> [Task]:
The entries below contain a stretch that opens with the line containing "v 4.792 -29.345 0" and closes with the line containing "v 27.399 11.55 17.526"; set down that stretch exactly, both ends included, and nothing else.

> [Information given]:
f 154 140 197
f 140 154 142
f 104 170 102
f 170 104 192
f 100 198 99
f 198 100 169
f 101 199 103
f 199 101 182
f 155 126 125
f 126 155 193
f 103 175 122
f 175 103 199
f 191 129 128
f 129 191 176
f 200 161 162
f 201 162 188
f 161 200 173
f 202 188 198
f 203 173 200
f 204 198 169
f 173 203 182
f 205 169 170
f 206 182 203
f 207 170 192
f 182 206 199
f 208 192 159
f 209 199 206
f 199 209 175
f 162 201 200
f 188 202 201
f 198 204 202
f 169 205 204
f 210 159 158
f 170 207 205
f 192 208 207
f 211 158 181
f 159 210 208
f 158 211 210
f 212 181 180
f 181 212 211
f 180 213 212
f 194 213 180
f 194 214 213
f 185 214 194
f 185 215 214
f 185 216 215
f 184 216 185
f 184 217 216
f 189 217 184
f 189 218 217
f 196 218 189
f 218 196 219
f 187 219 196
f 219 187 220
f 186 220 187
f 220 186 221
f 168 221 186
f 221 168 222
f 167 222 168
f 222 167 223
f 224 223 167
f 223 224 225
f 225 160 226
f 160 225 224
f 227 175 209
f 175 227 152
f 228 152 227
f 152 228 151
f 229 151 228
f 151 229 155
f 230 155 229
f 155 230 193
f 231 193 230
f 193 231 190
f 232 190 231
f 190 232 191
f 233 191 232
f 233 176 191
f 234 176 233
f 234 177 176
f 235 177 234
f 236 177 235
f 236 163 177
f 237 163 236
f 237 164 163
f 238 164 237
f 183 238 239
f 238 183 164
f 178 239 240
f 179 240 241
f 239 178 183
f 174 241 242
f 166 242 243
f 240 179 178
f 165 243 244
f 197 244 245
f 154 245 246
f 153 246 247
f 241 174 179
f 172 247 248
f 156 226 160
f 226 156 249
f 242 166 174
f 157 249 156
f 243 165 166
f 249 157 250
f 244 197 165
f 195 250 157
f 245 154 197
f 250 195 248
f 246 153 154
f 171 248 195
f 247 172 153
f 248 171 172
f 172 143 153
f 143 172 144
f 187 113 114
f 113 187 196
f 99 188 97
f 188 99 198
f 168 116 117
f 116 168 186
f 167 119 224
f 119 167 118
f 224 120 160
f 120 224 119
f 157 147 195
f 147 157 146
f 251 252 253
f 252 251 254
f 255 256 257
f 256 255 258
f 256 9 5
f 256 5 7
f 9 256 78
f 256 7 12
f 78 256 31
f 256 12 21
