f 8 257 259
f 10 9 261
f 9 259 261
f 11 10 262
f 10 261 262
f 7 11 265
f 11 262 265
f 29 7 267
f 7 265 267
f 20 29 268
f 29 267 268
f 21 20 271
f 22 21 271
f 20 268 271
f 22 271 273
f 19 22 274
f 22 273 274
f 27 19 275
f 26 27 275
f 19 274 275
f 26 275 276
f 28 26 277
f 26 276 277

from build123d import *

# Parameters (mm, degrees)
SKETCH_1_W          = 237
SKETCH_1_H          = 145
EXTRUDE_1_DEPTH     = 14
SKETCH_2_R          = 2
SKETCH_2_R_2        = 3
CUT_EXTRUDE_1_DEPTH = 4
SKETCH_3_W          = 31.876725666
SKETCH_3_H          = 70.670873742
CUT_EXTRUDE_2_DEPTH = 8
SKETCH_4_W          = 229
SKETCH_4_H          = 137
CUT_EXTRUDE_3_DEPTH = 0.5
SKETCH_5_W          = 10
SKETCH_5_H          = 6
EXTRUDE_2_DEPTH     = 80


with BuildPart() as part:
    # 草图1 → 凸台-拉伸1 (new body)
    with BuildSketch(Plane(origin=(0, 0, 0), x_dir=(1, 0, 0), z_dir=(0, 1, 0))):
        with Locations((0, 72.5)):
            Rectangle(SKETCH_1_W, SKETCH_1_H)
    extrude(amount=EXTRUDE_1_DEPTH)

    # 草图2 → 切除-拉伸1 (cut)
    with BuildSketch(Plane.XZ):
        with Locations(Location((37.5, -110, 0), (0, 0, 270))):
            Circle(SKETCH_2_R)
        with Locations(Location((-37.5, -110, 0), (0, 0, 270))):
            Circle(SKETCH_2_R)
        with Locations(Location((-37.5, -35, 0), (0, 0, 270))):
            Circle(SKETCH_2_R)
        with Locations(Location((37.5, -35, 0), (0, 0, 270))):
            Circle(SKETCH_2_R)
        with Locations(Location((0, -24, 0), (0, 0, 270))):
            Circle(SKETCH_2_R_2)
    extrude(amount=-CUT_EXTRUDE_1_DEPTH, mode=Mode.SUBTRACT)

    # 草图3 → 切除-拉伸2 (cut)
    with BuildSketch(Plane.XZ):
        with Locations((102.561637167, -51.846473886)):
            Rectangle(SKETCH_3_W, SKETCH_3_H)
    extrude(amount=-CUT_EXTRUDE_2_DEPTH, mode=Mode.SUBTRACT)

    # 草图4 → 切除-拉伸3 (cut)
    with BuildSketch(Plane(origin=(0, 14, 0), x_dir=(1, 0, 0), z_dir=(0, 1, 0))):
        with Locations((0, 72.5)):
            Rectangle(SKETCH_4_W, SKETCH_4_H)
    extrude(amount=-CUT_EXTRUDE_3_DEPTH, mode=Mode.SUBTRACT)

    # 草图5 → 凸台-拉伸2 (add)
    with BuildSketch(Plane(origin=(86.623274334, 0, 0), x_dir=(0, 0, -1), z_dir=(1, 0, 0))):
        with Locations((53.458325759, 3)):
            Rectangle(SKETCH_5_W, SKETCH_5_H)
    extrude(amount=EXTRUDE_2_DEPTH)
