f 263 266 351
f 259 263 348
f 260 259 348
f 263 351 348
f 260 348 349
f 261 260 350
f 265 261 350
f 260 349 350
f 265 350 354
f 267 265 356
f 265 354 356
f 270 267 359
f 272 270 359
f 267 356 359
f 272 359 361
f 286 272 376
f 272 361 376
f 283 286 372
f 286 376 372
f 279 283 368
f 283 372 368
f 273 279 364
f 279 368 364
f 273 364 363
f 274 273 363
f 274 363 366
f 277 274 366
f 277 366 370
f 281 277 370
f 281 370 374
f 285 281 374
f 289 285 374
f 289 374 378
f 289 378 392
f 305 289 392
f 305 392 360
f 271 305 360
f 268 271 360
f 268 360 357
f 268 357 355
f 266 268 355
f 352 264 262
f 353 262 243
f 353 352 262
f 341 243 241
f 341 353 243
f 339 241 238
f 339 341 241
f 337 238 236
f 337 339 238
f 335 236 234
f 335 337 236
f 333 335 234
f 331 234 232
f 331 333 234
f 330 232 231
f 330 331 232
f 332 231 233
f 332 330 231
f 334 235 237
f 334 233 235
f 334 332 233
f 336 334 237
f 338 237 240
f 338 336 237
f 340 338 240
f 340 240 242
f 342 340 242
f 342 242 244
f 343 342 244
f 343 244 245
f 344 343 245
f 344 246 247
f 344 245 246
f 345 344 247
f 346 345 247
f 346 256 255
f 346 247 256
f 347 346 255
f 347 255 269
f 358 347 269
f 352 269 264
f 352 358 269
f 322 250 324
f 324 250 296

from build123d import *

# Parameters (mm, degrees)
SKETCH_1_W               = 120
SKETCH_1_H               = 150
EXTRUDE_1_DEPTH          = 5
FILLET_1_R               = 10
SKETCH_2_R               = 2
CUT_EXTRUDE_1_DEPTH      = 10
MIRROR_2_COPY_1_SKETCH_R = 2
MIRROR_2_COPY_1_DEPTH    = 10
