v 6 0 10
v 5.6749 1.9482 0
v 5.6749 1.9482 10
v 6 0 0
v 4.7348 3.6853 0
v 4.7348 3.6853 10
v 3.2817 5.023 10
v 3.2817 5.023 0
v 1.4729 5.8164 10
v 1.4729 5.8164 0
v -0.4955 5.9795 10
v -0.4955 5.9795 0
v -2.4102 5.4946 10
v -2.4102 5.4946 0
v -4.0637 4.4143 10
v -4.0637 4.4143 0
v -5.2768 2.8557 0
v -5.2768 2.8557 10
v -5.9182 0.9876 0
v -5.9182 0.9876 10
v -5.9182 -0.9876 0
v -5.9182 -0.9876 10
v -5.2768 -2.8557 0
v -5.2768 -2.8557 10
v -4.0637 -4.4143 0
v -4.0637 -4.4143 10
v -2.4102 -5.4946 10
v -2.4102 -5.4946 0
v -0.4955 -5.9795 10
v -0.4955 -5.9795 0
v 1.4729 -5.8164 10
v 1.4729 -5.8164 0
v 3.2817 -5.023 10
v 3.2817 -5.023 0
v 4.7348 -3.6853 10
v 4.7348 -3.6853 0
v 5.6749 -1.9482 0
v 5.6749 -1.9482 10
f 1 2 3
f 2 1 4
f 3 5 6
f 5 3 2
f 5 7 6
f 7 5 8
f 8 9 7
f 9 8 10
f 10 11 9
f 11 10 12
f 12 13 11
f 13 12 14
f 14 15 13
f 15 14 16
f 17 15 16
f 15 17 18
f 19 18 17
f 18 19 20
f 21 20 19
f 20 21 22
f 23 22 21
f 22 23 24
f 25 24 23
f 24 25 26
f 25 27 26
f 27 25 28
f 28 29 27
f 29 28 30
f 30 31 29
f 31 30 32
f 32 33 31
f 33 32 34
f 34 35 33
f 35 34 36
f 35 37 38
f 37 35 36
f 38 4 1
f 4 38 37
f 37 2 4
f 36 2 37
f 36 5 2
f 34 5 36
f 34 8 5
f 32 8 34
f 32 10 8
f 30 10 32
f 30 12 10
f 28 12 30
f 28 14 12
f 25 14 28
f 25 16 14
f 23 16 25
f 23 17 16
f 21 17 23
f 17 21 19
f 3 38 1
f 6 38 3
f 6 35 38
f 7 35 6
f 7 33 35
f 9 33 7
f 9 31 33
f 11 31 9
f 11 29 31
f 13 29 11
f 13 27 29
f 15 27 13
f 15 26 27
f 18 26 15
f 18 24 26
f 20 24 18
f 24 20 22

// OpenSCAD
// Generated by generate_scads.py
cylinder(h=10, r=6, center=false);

==

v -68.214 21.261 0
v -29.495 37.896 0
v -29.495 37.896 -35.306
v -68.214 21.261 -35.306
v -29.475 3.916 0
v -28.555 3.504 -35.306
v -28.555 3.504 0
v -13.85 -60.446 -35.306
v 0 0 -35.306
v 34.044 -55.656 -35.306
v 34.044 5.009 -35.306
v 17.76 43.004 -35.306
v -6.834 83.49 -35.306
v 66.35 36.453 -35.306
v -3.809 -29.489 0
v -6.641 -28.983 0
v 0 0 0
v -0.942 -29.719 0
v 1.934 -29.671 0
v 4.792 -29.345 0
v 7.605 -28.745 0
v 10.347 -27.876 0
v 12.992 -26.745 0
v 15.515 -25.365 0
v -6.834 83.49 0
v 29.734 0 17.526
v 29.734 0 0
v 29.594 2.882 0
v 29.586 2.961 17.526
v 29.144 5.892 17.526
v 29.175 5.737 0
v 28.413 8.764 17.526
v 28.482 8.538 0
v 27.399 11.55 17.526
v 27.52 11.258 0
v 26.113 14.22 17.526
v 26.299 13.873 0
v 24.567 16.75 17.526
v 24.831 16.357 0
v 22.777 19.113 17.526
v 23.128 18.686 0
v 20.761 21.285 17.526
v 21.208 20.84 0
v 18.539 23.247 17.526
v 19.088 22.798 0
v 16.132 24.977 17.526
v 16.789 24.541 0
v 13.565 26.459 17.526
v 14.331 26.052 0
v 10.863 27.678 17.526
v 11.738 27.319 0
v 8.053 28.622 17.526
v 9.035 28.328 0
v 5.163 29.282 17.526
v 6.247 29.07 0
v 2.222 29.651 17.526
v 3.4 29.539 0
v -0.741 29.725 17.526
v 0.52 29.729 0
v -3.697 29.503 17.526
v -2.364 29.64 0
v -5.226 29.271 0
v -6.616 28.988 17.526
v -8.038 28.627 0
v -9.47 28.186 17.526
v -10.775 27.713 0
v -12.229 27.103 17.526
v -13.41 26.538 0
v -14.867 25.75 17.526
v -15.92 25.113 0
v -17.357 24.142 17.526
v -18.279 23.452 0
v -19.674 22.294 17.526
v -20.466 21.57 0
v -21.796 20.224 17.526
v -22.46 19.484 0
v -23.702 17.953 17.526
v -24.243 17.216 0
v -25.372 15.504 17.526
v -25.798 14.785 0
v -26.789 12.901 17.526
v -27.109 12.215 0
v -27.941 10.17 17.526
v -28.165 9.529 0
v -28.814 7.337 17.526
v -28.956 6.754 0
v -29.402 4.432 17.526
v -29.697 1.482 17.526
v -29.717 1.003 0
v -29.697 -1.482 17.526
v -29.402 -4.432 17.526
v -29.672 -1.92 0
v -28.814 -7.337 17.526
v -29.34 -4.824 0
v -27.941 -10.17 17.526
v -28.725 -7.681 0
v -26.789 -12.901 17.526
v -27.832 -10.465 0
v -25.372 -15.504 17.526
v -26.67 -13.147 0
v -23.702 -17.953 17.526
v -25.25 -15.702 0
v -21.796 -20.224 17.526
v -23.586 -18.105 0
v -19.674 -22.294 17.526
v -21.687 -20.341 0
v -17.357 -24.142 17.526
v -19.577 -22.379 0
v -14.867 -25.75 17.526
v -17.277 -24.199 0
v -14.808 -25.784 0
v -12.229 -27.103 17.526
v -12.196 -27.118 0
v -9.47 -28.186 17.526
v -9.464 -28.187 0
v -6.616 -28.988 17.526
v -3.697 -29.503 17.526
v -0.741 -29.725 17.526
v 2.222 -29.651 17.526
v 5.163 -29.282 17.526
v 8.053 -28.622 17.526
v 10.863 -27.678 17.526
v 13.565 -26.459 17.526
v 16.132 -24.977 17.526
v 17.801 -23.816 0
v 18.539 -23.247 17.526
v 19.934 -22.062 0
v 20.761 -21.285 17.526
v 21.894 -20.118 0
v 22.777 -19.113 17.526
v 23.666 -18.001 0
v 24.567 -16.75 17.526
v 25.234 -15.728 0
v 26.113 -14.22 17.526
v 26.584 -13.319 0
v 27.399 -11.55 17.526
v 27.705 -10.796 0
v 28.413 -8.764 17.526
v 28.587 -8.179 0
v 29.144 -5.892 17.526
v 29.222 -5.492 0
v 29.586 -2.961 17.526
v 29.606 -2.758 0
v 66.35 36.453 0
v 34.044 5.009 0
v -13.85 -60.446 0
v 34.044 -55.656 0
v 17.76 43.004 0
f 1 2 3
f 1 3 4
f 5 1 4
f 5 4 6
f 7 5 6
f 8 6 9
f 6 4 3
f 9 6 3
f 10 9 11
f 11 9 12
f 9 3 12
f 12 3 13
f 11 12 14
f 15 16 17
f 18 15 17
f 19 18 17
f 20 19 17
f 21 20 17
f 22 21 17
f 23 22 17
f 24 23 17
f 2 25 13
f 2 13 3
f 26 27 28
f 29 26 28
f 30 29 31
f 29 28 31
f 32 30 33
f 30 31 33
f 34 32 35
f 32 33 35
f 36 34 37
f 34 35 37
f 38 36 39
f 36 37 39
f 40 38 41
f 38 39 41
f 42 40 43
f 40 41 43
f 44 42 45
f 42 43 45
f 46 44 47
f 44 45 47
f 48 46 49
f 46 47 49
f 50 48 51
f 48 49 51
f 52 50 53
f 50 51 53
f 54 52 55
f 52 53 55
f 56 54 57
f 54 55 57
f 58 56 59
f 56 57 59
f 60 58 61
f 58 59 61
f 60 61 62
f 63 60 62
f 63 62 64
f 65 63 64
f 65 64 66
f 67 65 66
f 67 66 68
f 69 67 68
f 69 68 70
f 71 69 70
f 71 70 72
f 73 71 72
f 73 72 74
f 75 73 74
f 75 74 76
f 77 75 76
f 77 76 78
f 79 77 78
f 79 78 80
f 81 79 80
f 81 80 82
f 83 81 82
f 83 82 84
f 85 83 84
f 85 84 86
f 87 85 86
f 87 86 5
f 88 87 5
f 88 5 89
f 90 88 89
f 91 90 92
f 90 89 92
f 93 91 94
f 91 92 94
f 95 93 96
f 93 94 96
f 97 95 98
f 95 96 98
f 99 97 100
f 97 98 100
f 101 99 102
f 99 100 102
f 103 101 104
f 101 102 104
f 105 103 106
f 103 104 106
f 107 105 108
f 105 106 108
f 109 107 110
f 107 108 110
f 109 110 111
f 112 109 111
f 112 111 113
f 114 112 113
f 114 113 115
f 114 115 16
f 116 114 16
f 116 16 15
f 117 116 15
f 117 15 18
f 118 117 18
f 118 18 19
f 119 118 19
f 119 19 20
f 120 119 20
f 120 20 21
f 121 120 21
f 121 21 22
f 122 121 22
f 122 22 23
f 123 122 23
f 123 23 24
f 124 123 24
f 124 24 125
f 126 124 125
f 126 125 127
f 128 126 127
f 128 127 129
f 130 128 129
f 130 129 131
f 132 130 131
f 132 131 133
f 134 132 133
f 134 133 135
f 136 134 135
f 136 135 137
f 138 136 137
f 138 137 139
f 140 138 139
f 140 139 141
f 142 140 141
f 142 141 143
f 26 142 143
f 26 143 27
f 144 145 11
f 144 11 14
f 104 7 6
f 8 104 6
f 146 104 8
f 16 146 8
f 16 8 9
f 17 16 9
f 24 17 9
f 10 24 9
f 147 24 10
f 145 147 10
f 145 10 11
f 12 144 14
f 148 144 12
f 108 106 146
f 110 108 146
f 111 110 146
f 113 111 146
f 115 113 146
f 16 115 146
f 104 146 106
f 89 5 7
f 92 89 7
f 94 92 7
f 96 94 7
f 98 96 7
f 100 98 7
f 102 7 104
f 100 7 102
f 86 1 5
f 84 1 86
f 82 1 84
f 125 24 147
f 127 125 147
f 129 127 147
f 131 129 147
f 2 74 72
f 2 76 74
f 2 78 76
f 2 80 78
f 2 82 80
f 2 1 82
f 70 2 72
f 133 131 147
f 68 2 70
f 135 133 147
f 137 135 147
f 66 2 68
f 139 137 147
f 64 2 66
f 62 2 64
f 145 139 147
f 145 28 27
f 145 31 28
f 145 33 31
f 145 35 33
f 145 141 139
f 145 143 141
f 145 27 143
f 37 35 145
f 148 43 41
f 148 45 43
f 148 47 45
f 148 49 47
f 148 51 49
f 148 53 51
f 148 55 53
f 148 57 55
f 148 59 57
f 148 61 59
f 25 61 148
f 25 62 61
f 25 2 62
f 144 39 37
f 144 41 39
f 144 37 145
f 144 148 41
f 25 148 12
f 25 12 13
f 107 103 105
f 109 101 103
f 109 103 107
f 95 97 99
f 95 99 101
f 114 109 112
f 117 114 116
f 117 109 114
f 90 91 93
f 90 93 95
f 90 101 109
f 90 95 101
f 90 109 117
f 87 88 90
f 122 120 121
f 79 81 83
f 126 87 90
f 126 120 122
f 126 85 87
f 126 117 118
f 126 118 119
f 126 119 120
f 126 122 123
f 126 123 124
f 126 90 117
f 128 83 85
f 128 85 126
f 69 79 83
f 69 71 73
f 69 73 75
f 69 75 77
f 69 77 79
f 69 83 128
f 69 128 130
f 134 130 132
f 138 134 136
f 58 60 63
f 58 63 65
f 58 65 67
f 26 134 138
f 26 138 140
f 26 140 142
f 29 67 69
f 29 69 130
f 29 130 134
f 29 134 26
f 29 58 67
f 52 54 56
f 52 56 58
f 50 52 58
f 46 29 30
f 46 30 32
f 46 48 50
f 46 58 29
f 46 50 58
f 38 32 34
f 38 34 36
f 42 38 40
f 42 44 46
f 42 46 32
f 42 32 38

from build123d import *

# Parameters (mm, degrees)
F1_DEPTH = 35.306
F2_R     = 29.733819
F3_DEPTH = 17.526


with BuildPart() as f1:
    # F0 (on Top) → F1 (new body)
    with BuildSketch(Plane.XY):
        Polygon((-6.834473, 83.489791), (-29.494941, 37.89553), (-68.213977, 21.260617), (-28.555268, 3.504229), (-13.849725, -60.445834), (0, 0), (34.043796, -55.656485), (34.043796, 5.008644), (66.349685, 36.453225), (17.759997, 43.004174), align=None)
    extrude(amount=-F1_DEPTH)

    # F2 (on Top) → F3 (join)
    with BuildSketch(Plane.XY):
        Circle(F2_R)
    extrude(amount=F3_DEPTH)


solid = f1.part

> [Exercise solution]:
v 4.792 -29.345 0
v 7.605 -28.745 0
v 10.347 -27.876 0
v 12.992 -26.745 0
v 15.515 -25.365 0
v -6.834 83.49 0
v 29.734 0 17.526
v 29.734 0 0
v 29.594 2.882 0
v 29.586 2.961 17.526
v 29.144 5.892 17.526
v 29.175 5.737 0
v 28.413 8.764 17.526
v 28.482 8.538 0
v 27.399 11.55 17.526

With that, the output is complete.